Krzysztof Pytka

Cześć!

I'm an Assistant Professor (Juniorprofessor) of Quantitative Macroeconomics at the University of Mannheim. Image of Krzysztof Pytka In my research I am interested how the heterogeneity of individuals affects macroeconomic outcomes. Tools that I use span structural models and machine learning.

Contact

Department of Economics
Universität Mannheim
L7 3-5, Office 2.09
68161 Mannheim, Germany
Phone: +49.621.181.181.7
e-mail: p***@uni-mannheim.de

Résumé

You can find my CV here.

Research

Working Papers

1. The Consequences of the Covid-19 Job Losses:
Who Will Suffer Most and by How Much? (jointly with Andreas Gulyas) [article]

Using the universe of Austrian unemployment insurance records until May 2020, we document that the composition of UI claimants during the Covid-19 outbreak is substantially different compared to past times. Using a machine-learning algorithm from Gulyas and Pytka (2020), we identify individual earnings losses conditional on worker and job characteristics. Covid-19-related job terminations are associated with lower losses in earnings and wages compared to the Great Recession, but similar employment losses. We further derive an accurate but simple policy rule targeting individuals vulnerable to long-term wage losses.

2. Understanding the Sources of Earnings Losses After Job Displacement:
A Machine-Learning Approach (jointly with Andreas Gulyas) [article] [slides]

We document the sources behind earnings losses after job displacement adapting the generalized random forest due to Athey et al. (2019). Using administrative data from Austria over three decades, we show that displaced workers face large and persistent earnings losses. We identify substantial heterogeneity in losses across workers. A quarter of workers face cumulative 11-year losses higher than 2 times their pre-displacement annual income, while another quarter experiences losses less than 1.1 times their income. The most vulnerable are older high-income workers employed at well-paying firms in the manufacturing sector. Our methodology allows us to consider many competing theories of earnings losses prominently discussed in the literature. The two most important factors are the displacement firm's wage premia and the availability of well paying jobs in the local labor market. Our overall findings provide evidence that earnings losses can be understood by mean reversion in firm rents and losses in match quality, rather than by a destruction of firm-specific human capital.

Additional resources using the results from the paper:
  • Web app predicting earnings losses conditioned on individual characteristics
  • General-audience presentation about using the GRF for estimation of heterogeneous treatment effects. [slides]
  • Presentation about using the GRF in business analytics. [slides]

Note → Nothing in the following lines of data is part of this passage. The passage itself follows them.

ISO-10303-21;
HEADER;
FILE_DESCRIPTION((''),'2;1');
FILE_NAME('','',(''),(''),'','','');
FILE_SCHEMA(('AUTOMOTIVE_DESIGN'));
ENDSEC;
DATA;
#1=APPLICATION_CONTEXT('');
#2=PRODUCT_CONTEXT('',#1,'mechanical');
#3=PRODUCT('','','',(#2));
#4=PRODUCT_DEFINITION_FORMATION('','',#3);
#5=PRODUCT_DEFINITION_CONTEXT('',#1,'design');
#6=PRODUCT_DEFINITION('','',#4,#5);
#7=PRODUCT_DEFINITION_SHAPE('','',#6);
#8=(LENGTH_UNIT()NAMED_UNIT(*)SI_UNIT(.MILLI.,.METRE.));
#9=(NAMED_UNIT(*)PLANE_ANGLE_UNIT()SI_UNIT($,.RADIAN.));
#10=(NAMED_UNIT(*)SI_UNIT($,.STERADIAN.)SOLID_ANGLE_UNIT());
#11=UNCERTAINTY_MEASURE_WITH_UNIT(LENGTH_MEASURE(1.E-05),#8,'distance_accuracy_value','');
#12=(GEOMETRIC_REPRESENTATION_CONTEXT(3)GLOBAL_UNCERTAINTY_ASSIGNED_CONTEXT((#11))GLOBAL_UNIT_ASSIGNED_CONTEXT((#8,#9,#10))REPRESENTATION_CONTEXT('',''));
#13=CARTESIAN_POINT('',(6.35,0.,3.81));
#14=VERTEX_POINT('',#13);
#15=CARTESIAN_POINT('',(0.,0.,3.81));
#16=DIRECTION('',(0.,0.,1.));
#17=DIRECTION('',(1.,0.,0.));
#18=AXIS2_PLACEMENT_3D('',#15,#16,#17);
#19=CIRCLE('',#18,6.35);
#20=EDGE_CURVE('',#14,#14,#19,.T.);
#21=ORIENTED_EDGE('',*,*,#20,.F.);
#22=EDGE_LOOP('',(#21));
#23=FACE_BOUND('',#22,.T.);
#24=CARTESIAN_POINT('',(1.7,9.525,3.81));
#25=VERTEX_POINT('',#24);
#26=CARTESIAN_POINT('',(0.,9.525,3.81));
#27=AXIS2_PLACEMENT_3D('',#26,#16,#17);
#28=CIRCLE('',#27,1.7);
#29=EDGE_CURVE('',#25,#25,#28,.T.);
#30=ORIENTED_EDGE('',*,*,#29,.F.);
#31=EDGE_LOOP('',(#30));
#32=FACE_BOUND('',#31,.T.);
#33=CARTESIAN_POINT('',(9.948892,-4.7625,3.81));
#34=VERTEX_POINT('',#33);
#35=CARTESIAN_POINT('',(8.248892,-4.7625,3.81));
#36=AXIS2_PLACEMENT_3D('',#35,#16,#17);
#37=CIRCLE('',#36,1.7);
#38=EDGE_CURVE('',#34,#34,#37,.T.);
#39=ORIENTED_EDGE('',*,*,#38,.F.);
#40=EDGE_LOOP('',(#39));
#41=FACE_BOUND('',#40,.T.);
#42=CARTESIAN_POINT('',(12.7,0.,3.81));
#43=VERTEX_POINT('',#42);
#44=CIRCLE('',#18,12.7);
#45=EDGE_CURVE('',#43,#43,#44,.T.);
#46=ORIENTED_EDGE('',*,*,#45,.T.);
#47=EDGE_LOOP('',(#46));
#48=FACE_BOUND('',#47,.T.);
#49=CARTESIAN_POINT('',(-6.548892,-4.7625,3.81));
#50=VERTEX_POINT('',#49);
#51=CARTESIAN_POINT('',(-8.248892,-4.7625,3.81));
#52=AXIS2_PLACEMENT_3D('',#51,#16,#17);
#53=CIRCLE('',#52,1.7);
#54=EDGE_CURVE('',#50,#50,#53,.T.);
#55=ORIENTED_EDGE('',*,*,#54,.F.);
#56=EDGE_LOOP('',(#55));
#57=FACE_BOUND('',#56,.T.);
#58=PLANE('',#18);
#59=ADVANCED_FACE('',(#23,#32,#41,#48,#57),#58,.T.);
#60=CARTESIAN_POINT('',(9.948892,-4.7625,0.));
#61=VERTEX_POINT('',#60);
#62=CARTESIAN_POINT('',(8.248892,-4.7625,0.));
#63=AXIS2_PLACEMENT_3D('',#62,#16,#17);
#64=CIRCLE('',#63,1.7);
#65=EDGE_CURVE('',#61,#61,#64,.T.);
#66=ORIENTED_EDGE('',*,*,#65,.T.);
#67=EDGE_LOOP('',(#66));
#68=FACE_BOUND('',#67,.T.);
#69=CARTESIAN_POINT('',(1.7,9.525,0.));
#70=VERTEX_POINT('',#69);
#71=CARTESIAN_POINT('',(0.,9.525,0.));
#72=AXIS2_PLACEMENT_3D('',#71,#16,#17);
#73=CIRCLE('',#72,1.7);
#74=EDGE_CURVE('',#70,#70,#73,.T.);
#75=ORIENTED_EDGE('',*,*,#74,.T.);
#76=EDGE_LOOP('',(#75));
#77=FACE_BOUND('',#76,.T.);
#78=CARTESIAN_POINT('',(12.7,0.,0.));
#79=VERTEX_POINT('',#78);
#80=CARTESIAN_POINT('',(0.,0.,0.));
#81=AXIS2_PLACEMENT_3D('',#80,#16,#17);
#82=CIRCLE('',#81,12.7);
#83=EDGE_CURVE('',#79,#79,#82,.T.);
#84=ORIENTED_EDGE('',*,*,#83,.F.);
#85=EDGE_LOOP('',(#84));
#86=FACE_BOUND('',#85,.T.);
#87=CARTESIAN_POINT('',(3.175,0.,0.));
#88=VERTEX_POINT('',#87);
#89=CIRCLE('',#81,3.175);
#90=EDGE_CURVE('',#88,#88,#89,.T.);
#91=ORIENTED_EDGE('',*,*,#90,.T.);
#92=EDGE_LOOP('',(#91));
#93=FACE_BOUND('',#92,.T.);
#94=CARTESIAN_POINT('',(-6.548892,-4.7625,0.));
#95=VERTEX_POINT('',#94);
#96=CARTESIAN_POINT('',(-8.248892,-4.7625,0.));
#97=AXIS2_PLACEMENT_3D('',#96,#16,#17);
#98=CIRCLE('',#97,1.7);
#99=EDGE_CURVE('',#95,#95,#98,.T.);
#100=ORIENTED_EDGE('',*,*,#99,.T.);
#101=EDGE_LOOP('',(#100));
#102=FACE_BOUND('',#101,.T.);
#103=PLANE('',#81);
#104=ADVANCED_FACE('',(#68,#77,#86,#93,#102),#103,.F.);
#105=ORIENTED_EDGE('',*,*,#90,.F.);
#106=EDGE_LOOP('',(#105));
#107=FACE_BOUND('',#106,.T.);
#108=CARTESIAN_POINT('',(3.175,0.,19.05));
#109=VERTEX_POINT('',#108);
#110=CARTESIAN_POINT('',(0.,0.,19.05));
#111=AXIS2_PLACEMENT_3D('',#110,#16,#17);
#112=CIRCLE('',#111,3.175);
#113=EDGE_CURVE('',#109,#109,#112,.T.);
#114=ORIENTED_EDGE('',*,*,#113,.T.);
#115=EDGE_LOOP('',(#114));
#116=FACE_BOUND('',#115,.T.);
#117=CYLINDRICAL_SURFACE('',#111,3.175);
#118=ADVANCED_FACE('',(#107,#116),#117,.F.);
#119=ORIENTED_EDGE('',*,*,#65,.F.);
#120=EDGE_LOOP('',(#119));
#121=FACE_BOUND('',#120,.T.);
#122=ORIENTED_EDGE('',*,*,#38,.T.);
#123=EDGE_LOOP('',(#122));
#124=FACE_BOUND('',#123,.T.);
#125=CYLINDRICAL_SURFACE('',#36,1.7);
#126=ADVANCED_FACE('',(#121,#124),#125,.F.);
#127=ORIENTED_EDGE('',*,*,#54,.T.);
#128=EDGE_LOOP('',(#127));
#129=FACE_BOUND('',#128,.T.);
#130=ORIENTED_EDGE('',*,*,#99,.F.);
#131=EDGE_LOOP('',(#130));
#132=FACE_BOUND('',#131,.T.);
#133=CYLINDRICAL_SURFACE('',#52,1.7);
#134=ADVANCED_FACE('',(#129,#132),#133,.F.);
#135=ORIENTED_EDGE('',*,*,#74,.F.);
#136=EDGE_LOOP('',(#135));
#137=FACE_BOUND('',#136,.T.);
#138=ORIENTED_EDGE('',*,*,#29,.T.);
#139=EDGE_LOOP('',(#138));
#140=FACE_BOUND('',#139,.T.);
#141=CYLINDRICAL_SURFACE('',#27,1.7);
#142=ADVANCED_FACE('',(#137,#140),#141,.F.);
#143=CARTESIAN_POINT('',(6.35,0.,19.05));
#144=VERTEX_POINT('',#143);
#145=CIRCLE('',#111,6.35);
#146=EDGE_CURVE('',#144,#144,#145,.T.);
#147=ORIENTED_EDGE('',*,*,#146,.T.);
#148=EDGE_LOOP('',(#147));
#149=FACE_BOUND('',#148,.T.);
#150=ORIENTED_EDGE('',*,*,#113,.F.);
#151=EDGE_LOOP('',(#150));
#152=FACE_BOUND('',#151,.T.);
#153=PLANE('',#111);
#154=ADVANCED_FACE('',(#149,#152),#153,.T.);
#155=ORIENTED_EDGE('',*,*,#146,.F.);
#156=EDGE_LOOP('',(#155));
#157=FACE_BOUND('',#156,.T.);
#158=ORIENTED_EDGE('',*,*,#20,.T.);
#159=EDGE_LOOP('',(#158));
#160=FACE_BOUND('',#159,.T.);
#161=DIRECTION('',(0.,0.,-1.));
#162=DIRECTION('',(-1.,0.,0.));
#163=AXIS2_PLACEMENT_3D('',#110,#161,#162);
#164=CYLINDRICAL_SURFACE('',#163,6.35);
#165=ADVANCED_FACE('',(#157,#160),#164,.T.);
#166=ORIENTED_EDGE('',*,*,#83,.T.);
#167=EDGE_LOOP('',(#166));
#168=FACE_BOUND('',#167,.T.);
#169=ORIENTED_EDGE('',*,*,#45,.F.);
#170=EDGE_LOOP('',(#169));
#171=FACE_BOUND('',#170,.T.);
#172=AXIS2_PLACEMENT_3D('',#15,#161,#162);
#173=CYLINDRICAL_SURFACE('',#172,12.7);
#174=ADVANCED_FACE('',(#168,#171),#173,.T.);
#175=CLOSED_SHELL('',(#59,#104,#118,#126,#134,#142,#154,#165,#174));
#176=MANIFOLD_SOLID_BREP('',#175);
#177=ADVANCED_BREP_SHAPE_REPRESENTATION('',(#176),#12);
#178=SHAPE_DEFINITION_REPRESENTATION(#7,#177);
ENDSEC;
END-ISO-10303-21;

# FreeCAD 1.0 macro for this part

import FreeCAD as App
import Part
import Sketcher

V = App.Vector
Q = App.Units.Quantity

doc = App.newDocument("Part")
body = doc.addObject("PartDesign::Body", "Body")

# Sketch on XY plane
sketch1 = doc.addObject("Sketcher::SketchObject", "Sketch")
body.addObject(sketch1)
sketch1.AttachmentSupport = (doc.XY_Plane, [""])
sketch1.MapMode = "FlatFace"
sketch1.addGeometry(Part.Circle(V(0, 0, 0), V(0, 0, 1), 12.7), False)
sketch1.addConstraint([
    Sketcher.Constraint("Coincident", 0, 3, -1, 1),
    Sketcher.Constraint("Diameter", 0, Q("1 in")),
])
pad1 = doc.addObject("PartDesign::Pad", "Pad")
body.addObject(pad1)
pad1.Profile = sketch1
pad1.Length = Q("0.15 in")

# Sketch on XY plane
sketch2 = doc.addObject("Sketcher::SketchObject", "Sketch001")
body.addObject(sketch2)
sketch2.AttachmentSupport = (doc.XY_Plane, [""])
sketch2.MapMode = "FlatFace"
sketch2.AttachmentOffset = App.Placement(V(0, 0, 0.15 * 25.4), App.Rotation())
sketch2.addGeometry(Part.Circle(V(0, 0, 0), V(0, 0, 1), 6.35), False)
sketch2.addConstraint([
    Sketcher.Constraint("Coincident", 0, 3, -1, 1),
    Sketcher.Constraint("Diameter", 0, Q("0.5 in")),
])
pad2 = doc.addObject("PartDesign::Pad", "Pad001")
body.addObject(pad2)
pad2.Profile = sketch2
pad2.Length = Q("0.6 in")

# Sketch on XY plane
sketch3 = doc.addObject("Sketcher::SketchObject", "Sketch002")
body.addObject(sketch3)
sketch3.AttachmentSupport = (doc.XY_Plane, [""])
sketch3.MapMode = "FlatFace"
sketch3.AttachmentOffset = App.Placement(V(0, 0, 0.75 * 25.4), App.Rotation())
sketch3.addGeometry(Part.Circle(V(0, 0, 0), V(0, 0, 1), 3.175), False)
sketch3.addConstraint([
    Sketcher.Constraint("Coincident", 0, 3, -1, 1),
    Sketcher.Constraint("Diameter", 0, Q("0.25 in")),
])
doc.recompute()
hole = doc.addObject("PartDesign::Hole", "Hole")
body.addObject(hole)
hole.Profile = sketch3
hole.ThreadType = "None"
hole.Diameter = Q("0.25 in")
hole.DepthType = "ThroughAll"

# Sketch on XY plane
sketch4 = doc.addObject("Sketcher::SketchObject", "Sketch003")
body.addObject(sketch4)
sketch4.AttachmentSupport = (doc.XY_Plane, [""])
sketch4.MapMode = "FlatFace"
sketch4.AttachmentOffset = App.Placement(V(0, 0, 0.15 * 25.4), App.Rotation())
sketch4.addGeometry(Part.Circle(V(0, 9.525, 0), V(0, 0, 1), 1.7), False)
sketch4.addConstraint([
    Sketcher.Constraint("PointOnObject", 0, 3, -2),
    Sketcher.Constraint("Diameter", 0, 3.4),
    Sketcher.Constraint("DistanceY", -1, 1, 0, 3, Q("0.375 in")),
])
doc.recompute()
hole2 = doc.addObject("PartDesign::Hole", "Hole001")
body.addObject(hole2)
hole2.Profile = sketch4
hole2.ThreadType = "None"
hole2.Diameter = 3.4
hole2.DepthType = "ThroughAll"
doc.recompute()

polarpattern = doc.addObject("PartDesign::PolarPattern", "PolarPattern")
body.addObject(polarpattern)
polarpattern.Originals = [hole2]
polarpattern.Axis = (doc.Z_Axis, [""])
polarpattern.Angle = 360
polarpattern.Occurrences = 3
body.Tip = polarpattern

doc.recompute()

3. Shopping Effort in Self-Insurance Economies (in revision) [article] [slides]

Best Paper Prize for Young Economists at the WIEM’16 conference.

How are income fluctuations transmitted to consumption decisions if the law of one price does not hold? I propose a novel and tractable framework to study search for consumption as part of the optimal savings problem. Due to frictions in the retail market, households have to exert some effort to purchase the consumption good. This effort has two components: 1. effort to search for price bargains; 2. effort required to purchase consumption of a given size. These two motives are necessary to replicate two seemingly contradictory shopping patterns observed in the data, namely: higher time spent shopping by the unemployed and retirees and (conditioned on being employed) the positive elasticity of shopping time with respect to labor income. The former is well known in the literature, while the latter is new and I document it using data from the American Time Use Survey. The model allows me to reconcile the traditional savings theory with households' shopping behavior in a quantitatively meaningful way. As I show frictions in the purchasing technology generate important macroeconomic implications for modeling inequality and, in general, household consumption.

Teaching

At Mannheim I give following lectures:

  1. Quantitative Macroeconomics with Heterogeneous Households [Ph.D. course];
  2. Advanced Macroeconomics [M.Sc. course];
  3. Statistical Learning and Big Data with R [B.A. course].

Here you can find the (old) website with teaching materials.

Misc.

If you're curious about the pronounciation of my given name it goes by [kʂɨʂt̪ɔf] in IPA. But Christoph is totally fine with me.